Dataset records
==============================
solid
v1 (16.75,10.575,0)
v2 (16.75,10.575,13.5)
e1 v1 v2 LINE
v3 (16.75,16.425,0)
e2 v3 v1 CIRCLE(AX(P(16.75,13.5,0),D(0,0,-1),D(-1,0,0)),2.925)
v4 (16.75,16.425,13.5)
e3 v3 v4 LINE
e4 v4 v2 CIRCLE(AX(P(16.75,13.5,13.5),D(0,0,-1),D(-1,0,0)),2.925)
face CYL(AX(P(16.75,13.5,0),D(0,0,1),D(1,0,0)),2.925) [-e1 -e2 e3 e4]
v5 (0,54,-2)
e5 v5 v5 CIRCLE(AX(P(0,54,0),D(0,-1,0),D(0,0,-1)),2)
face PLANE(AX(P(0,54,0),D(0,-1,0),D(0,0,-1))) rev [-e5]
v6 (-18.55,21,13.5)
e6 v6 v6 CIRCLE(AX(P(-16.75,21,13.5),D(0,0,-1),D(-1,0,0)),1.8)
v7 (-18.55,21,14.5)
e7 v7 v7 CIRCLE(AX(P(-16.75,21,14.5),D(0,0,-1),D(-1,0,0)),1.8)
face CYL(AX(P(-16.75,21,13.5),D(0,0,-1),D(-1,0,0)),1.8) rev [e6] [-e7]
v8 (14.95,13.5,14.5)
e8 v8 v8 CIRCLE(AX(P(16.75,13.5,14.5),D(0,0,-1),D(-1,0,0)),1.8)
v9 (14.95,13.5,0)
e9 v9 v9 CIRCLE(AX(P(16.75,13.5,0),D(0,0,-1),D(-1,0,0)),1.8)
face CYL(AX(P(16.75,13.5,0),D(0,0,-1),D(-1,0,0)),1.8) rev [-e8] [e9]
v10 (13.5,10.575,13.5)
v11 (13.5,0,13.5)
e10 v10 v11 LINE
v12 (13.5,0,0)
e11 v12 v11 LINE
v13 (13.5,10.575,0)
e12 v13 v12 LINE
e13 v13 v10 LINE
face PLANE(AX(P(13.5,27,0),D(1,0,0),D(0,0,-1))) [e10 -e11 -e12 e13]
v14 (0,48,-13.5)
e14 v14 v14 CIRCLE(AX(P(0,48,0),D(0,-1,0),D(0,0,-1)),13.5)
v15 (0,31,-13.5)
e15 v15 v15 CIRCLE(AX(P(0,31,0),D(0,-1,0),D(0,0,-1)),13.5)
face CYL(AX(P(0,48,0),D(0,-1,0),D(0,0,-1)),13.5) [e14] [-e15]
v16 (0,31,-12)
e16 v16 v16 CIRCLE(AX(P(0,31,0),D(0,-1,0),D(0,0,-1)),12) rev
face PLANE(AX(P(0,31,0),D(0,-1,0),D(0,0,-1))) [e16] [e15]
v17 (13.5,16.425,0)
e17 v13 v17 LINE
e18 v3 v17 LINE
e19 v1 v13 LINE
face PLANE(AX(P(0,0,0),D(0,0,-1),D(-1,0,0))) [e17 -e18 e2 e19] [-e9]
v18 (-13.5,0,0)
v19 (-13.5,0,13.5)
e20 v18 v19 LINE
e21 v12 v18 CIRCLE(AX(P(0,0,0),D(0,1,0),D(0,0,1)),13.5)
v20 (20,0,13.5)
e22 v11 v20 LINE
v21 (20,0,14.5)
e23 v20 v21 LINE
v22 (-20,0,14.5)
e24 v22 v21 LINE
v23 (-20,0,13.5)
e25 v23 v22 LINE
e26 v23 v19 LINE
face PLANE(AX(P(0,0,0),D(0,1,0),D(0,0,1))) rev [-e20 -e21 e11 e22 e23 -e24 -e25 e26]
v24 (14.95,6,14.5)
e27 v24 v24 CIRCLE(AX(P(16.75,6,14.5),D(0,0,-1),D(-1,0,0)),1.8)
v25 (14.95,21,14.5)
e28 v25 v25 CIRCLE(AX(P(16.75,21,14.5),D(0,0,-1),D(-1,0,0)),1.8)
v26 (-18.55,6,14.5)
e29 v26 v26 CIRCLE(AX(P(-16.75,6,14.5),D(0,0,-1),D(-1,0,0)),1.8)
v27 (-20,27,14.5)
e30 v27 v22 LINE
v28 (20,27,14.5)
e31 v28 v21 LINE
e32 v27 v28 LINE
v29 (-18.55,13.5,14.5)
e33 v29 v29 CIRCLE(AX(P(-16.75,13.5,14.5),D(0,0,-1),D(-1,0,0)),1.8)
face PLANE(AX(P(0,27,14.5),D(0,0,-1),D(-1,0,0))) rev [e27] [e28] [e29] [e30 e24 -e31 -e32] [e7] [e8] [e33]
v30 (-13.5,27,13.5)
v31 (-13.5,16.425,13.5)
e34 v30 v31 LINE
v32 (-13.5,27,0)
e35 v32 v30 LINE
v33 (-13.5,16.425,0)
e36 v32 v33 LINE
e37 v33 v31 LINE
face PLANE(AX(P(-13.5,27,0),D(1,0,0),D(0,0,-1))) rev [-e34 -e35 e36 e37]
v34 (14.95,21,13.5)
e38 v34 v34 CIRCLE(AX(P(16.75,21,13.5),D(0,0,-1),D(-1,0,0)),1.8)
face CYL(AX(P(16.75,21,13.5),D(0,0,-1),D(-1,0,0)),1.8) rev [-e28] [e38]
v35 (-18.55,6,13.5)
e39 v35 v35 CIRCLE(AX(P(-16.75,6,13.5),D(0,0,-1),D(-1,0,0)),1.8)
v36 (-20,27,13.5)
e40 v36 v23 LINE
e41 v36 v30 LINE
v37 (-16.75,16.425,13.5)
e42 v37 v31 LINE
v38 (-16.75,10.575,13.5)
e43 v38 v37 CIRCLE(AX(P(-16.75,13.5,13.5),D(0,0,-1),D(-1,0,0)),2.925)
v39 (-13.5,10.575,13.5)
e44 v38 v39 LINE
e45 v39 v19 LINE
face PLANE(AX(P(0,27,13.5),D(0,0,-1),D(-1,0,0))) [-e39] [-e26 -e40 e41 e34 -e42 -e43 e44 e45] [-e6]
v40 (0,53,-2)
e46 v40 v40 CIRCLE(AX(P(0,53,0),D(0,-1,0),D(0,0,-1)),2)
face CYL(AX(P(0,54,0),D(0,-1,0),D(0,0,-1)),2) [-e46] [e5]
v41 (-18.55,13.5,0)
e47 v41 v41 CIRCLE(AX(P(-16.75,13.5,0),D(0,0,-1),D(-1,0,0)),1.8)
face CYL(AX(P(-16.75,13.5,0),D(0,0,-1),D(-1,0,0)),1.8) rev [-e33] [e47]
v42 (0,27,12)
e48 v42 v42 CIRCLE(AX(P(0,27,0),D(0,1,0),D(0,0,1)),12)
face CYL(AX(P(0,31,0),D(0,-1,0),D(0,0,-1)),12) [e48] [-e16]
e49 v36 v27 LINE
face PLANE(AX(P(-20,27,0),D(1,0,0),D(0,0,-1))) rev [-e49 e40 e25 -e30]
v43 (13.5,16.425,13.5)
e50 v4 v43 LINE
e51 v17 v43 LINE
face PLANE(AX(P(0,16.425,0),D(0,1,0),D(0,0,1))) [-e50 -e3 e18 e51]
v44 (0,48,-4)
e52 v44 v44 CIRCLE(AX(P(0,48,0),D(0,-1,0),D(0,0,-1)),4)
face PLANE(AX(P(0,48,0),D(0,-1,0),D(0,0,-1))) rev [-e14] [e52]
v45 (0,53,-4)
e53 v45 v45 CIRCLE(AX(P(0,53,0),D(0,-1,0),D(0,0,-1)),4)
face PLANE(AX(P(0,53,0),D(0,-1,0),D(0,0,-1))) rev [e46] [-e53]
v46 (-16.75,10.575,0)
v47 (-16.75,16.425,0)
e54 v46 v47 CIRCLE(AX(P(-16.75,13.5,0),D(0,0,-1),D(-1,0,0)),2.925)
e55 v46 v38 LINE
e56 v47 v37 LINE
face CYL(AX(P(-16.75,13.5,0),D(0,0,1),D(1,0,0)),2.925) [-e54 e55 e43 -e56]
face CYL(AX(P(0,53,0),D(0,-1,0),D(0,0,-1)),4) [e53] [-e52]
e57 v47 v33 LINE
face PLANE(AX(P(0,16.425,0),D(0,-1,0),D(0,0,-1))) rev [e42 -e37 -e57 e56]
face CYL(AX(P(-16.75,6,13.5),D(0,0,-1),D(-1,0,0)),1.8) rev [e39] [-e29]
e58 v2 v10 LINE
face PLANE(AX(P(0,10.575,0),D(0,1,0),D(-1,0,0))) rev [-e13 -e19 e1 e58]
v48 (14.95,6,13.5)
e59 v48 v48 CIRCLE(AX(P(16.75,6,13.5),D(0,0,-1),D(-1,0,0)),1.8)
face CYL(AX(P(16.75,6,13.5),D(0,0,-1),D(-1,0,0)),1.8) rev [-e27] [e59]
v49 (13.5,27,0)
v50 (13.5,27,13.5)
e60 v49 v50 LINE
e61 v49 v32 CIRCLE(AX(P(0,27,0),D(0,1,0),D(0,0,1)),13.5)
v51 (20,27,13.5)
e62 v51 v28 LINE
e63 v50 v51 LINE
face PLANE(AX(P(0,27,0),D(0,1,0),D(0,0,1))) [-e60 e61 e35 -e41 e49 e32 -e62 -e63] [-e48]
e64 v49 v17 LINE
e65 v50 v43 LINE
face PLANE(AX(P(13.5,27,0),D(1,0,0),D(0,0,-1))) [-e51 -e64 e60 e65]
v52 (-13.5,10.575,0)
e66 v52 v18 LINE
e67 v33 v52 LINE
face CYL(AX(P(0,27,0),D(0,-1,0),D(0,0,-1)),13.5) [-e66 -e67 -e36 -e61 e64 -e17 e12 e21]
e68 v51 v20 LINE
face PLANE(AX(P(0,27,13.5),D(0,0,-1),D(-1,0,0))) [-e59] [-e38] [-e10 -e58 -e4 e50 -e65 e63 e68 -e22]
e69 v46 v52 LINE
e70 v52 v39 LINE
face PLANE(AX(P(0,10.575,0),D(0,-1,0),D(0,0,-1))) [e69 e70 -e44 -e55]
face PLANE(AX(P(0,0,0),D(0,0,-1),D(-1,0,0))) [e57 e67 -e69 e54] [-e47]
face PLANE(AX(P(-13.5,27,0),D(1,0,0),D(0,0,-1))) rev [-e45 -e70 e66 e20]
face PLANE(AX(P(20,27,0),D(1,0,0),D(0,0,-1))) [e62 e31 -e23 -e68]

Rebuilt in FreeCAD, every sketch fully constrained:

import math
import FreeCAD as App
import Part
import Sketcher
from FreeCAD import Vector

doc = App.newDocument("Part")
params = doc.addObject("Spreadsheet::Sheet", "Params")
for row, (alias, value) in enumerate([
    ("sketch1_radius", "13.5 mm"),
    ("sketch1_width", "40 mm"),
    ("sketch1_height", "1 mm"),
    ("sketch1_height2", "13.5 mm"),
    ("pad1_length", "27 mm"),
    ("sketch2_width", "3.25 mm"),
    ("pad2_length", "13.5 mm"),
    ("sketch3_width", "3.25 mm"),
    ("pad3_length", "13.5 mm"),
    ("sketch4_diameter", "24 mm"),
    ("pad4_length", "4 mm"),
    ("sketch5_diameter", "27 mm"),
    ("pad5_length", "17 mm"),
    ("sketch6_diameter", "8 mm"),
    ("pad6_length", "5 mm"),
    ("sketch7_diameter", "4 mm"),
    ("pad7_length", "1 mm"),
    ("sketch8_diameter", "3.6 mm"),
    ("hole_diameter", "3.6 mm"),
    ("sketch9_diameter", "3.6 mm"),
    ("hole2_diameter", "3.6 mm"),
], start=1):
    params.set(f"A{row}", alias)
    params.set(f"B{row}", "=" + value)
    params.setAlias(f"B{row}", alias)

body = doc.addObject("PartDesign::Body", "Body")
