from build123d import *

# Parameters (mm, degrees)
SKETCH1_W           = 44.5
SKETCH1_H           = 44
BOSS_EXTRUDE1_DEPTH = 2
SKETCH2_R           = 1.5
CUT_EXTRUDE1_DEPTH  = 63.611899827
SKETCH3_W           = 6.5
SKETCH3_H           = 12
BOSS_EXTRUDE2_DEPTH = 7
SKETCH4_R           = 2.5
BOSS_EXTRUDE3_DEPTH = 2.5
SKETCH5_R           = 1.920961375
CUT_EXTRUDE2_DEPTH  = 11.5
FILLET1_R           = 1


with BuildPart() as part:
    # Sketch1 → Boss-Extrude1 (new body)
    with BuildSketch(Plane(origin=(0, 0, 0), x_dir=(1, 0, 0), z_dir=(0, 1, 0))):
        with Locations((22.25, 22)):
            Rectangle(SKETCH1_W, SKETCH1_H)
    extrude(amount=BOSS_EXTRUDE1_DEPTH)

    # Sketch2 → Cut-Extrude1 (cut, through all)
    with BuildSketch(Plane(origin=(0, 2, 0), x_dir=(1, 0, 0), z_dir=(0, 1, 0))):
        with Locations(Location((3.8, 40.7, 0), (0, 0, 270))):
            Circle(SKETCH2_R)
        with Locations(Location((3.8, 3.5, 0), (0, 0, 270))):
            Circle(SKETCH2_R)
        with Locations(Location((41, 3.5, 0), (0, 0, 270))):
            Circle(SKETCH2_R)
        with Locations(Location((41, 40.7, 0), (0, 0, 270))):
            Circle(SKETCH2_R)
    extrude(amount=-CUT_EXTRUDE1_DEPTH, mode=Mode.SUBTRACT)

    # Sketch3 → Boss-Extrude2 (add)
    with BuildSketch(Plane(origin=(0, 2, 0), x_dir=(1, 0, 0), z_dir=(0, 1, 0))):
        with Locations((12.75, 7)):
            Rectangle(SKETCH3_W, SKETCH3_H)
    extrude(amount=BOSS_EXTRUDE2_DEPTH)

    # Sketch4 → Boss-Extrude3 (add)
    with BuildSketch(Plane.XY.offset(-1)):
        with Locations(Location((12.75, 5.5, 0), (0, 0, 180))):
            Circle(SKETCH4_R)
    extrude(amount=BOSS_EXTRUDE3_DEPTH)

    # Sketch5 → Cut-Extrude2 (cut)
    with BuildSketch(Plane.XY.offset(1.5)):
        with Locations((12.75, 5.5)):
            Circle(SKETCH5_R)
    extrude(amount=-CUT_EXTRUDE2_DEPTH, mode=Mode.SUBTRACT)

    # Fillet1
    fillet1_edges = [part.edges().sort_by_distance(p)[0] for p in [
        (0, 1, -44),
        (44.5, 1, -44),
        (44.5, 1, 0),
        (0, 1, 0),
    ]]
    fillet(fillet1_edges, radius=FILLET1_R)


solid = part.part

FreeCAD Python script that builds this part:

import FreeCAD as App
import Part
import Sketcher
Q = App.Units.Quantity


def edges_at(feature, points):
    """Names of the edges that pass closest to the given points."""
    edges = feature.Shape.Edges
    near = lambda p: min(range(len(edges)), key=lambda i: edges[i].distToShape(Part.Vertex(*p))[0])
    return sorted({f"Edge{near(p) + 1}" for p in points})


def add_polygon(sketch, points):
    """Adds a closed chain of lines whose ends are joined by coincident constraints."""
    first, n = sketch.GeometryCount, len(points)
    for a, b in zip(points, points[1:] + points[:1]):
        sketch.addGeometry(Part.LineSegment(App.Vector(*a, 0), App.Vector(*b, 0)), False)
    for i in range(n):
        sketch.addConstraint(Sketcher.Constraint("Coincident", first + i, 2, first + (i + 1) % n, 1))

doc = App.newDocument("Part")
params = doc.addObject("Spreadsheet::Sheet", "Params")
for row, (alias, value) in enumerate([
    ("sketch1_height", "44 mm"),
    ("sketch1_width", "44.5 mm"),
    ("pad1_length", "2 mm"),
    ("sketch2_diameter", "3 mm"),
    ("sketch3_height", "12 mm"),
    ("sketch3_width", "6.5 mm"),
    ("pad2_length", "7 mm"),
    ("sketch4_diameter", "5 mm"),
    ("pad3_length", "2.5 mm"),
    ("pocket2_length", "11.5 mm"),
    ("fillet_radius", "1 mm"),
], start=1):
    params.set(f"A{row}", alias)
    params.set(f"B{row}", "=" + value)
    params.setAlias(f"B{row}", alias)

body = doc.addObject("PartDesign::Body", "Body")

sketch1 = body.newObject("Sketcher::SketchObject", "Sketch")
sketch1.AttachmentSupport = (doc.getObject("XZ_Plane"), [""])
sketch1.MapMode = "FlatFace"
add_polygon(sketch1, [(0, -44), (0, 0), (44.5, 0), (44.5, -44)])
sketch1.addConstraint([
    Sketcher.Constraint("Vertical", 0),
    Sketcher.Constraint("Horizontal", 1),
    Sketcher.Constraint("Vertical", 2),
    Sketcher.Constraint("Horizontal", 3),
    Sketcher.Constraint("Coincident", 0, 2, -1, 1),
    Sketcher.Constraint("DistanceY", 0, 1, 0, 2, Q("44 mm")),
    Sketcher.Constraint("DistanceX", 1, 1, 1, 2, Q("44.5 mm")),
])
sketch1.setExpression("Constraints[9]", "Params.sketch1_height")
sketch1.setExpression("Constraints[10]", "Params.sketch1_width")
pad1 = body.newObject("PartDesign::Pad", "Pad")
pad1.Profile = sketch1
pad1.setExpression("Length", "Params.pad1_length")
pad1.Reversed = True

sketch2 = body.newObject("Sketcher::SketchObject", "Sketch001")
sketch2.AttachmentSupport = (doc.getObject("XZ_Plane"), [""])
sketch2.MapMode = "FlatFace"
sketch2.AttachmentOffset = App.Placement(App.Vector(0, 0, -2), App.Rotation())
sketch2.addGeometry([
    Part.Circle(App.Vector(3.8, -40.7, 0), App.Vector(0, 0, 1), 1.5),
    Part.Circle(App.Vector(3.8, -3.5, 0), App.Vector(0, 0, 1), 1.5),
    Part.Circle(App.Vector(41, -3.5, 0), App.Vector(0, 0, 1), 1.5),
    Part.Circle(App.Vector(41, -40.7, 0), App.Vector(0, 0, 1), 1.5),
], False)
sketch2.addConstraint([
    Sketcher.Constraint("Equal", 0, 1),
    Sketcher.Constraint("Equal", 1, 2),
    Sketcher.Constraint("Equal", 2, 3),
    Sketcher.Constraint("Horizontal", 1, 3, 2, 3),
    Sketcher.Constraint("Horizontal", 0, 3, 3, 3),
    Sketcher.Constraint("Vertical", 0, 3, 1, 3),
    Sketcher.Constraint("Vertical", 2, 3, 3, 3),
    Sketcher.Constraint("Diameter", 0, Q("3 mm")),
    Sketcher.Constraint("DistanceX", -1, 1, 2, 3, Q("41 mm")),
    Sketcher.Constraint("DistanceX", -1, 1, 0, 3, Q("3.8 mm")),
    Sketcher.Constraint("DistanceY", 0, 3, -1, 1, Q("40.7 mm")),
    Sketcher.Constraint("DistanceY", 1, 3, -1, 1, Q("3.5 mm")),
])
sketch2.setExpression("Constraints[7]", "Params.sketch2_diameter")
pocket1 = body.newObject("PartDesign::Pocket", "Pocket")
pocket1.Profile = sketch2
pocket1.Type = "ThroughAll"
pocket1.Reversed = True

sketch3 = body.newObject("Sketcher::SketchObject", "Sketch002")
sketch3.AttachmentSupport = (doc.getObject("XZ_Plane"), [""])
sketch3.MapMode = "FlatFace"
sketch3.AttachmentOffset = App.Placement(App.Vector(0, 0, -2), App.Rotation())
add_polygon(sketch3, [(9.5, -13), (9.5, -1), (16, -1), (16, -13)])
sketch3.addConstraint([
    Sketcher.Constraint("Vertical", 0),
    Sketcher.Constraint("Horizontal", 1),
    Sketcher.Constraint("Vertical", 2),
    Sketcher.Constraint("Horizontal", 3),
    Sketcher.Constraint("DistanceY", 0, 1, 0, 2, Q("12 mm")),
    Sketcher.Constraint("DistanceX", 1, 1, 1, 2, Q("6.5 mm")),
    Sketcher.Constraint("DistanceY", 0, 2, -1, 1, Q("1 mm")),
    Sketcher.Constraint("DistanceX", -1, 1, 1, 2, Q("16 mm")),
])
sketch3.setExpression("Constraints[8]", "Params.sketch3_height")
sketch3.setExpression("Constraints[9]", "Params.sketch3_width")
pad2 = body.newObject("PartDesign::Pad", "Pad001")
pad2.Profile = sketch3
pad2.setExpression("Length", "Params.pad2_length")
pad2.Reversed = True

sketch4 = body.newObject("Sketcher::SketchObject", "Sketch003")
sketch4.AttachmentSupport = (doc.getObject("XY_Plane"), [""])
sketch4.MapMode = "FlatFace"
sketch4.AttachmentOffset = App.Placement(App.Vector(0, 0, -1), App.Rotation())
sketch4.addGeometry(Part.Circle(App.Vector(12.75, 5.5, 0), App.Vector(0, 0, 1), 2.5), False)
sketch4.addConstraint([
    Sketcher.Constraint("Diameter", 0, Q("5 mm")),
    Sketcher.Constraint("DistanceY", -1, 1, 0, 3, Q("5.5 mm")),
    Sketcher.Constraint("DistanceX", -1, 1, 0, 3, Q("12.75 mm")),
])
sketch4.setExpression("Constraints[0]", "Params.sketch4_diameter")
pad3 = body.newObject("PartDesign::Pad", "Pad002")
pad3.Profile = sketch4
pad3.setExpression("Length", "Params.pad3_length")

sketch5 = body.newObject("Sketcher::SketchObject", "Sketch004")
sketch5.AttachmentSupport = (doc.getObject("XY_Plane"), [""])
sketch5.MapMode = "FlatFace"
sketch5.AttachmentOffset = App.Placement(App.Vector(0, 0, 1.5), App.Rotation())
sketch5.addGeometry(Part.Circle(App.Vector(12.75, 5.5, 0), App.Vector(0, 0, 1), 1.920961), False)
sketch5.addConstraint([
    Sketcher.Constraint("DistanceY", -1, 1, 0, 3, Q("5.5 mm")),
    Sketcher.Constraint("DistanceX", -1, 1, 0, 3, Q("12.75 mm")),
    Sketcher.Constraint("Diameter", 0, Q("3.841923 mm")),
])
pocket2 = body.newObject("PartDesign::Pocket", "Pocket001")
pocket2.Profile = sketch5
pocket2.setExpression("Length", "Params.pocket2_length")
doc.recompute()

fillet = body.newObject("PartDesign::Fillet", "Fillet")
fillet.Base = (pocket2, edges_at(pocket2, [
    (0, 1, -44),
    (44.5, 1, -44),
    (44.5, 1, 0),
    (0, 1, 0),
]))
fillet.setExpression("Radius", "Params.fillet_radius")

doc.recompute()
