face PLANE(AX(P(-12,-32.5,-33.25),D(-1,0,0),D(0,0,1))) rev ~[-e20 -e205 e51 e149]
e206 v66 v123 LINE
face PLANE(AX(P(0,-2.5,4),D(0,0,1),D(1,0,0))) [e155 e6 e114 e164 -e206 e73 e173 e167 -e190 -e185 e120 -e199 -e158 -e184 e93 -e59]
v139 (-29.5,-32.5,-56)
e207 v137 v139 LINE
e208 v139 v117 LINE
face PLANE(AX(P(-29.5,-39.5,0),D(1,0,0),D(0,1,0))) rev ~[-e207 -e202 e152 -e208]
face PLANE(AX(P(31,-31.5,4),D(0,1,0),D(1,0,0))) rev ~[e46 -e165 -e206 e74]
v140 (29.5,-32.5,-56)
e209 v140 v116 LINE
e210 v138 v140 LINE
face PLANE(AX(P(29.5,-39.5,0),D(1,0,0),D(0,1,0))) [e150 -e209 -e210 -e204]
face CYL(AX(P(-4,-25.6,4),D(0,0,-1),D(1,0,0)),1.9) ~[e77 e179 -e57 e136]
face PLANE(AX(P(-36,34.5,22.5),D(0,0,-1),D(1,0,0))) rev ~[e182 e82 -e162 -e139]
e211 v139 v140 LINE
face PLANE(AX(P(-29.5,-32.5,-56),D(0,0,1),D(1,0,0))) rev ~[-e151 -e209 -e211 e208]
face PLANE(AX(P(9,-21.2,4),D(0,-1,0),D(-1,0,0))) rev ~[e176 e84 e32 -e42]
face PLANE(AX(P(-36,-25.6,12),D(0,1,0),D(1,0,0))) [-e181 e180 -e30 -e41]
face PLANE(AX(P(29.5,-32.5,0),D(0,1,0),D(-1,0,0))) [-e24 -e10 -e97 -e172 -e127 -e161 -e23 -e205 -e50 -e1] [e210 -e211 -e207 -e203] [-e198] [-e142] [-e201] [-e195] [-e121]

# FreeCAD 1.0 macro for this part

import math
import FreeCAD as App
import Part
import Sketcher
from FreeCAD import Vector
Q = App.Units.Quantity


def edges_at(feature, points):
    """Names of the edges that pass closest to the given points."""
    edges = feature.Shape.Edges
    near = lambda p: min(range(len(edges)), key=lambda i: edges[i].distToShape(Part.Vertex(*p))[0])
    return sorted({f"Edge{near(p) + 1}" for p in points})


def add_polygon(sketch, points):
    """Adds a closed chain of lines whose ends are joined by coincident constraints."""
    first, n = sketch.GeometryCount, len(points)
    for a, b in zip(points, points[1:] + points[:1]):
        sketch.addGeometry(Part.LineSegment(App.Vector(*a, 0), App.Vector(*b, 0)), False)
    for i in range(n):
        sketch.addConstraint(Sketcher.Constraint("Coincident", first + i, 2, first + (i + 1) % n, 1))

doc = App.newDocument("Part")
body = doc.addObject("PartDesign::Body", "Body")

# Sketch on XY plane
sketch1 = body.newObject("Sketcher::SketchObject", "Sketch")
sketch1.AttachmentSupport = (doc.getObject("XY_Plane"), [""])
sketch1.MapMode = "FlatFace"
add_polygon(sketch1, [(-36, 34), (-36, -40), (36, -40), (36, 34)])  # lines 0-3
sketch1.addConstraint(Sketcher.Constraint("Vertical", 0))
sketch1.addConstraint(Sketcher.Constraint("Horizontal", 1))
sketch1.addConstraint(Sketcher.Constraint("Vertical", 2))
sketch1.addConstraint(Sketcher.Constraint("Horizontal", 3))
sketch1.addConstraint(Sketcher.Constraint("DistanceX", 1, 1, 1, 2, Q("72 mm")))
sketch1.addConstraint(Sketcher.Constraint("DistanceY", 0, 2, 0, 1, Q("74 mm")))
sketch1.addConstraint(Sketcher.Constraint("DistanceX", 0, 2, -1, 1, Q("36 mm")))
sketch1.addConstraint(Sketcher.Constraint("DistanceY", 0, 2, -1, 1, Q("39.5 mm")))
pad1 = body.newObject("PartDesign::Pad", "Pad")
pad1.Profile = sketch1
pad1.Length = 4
==============================
__Work to complete__. Out of the data above, set down the lines from the one with "e11 v12 v11 LINE" to the one with "e37 v33 v31 LINE", both included, exactly as written and with no additions.

__Solution to this problem__.
e11 v12 v11 LINE
v13 (13.5,10.575,0)
e12 v13 v12 LINE
e13 v13 v10 LINE
face PLANE(AX(P(13.5,27,0),D(1,0,0),D(0,0,-1))) [e10 -e11 -e12 e13]
v14 (0,48,-13.5)
e14 v14 v14 CIRCLE(AX(P(0,48,0),D(0,-1,0),D(0,0,-1)),13.5)
v15 (0,31,-13.5)
e15 v15 v15 CIRCLE(AX(P(0,31,0),D(0,-1,0),D(0,0,-1)),13.5)
face CYL(AX(P(0,48,0),D(0,-1,0),D(0,0,-1)),13.5) [e14] [-e15]
v16 (0,31,-12)
e16 v16 v16 CIRCLE(AX(P(0,31,0),D(0,-1,0),D(0,0,-1)),12) rev
face PLANE(AX(P(0,31,0),D(0,-1,0),D(0,0,-1))) [e16] [e15]
v17 (13.5,16.425,0)
e17 v13 v17 LINE
e18 v3 v17 LINE
e19 v1 v13 LINE
face PLANE(AX(P(0,0,0),D(0,0,-1),D(-1,0,0))) [e17 -e18 e2 e19] [-e9]
v18 (-13.5,0,0)
v19 (-13.5,0,13.5)
e20 v18 v19 LINE
e21 v12 v18 CIRCLE(AX(P(0,0,0),D(0,1,0),D(0,0,1)),13.5)
v20 (20,0,13.5)
e22 v11 v20 LINE
v21 (20,0,14.5)
e23 v20 v21 LINE
v22 (-20,0,14.5)
e24 v22 v21 LINE
v23 (-20,0,13.5)
e25 v23 v22 LINE
e26 v23 v19 LINE
face PLANE(AX(P(0,0,0),D(0,1,0),D(0,0,1))) rev [-e20 -e21 e11 e22 e23 -e24 -e25 e26]
v24 (14.95,6,14.5)
e27 v24 v24 CIRCLE(AX(P(16.75,6,14.5),D(0,0,-1),D(-1,0,0)),1.8)
v25 (14.95,21,14.5)
e28 v25 v25 CIRCLE(AX(P(16.75,21,14.5),D(0,0,-1),D(-1,0,0)),1.8)
v26 (-18.55,6,14.5)
e29 v26 v26 CIRCLE(AX(P(-16.75,6,14.5),D(0,0,-1),D(-1,0,0)),1.8)
v27 (-20,27,14.5)
e30 v27 v22 LINE
v28 (20,27,14.5)
e31 v28 v21 LINE
e32 v27 v28 LINE
v29 (-18.55,13.5,14.5)
e33 v29 v29 CIRCLE(AX(P(-16.75,13.5,14.5),D(0,0,-1),D(-1,0,0)),1.8)
face PLANE(AX(P(0,27,14.5),D(0,0,-1),D(-1,0,0))) rev [e27] [e28] [e29] [e30 e24 -e31 -e32] [e7] [e8] [e33]
v30 (-13.5,27,13.5)
v31 (-13.5,16.425,13.5)
e34 v30 v31 LINE
v32 (-13.5,27,0)
e35 v32 v30 LINE
v33 (-13.5,16.425,0)
e36 v32 v33 LINE
e37 v33 v31 LINE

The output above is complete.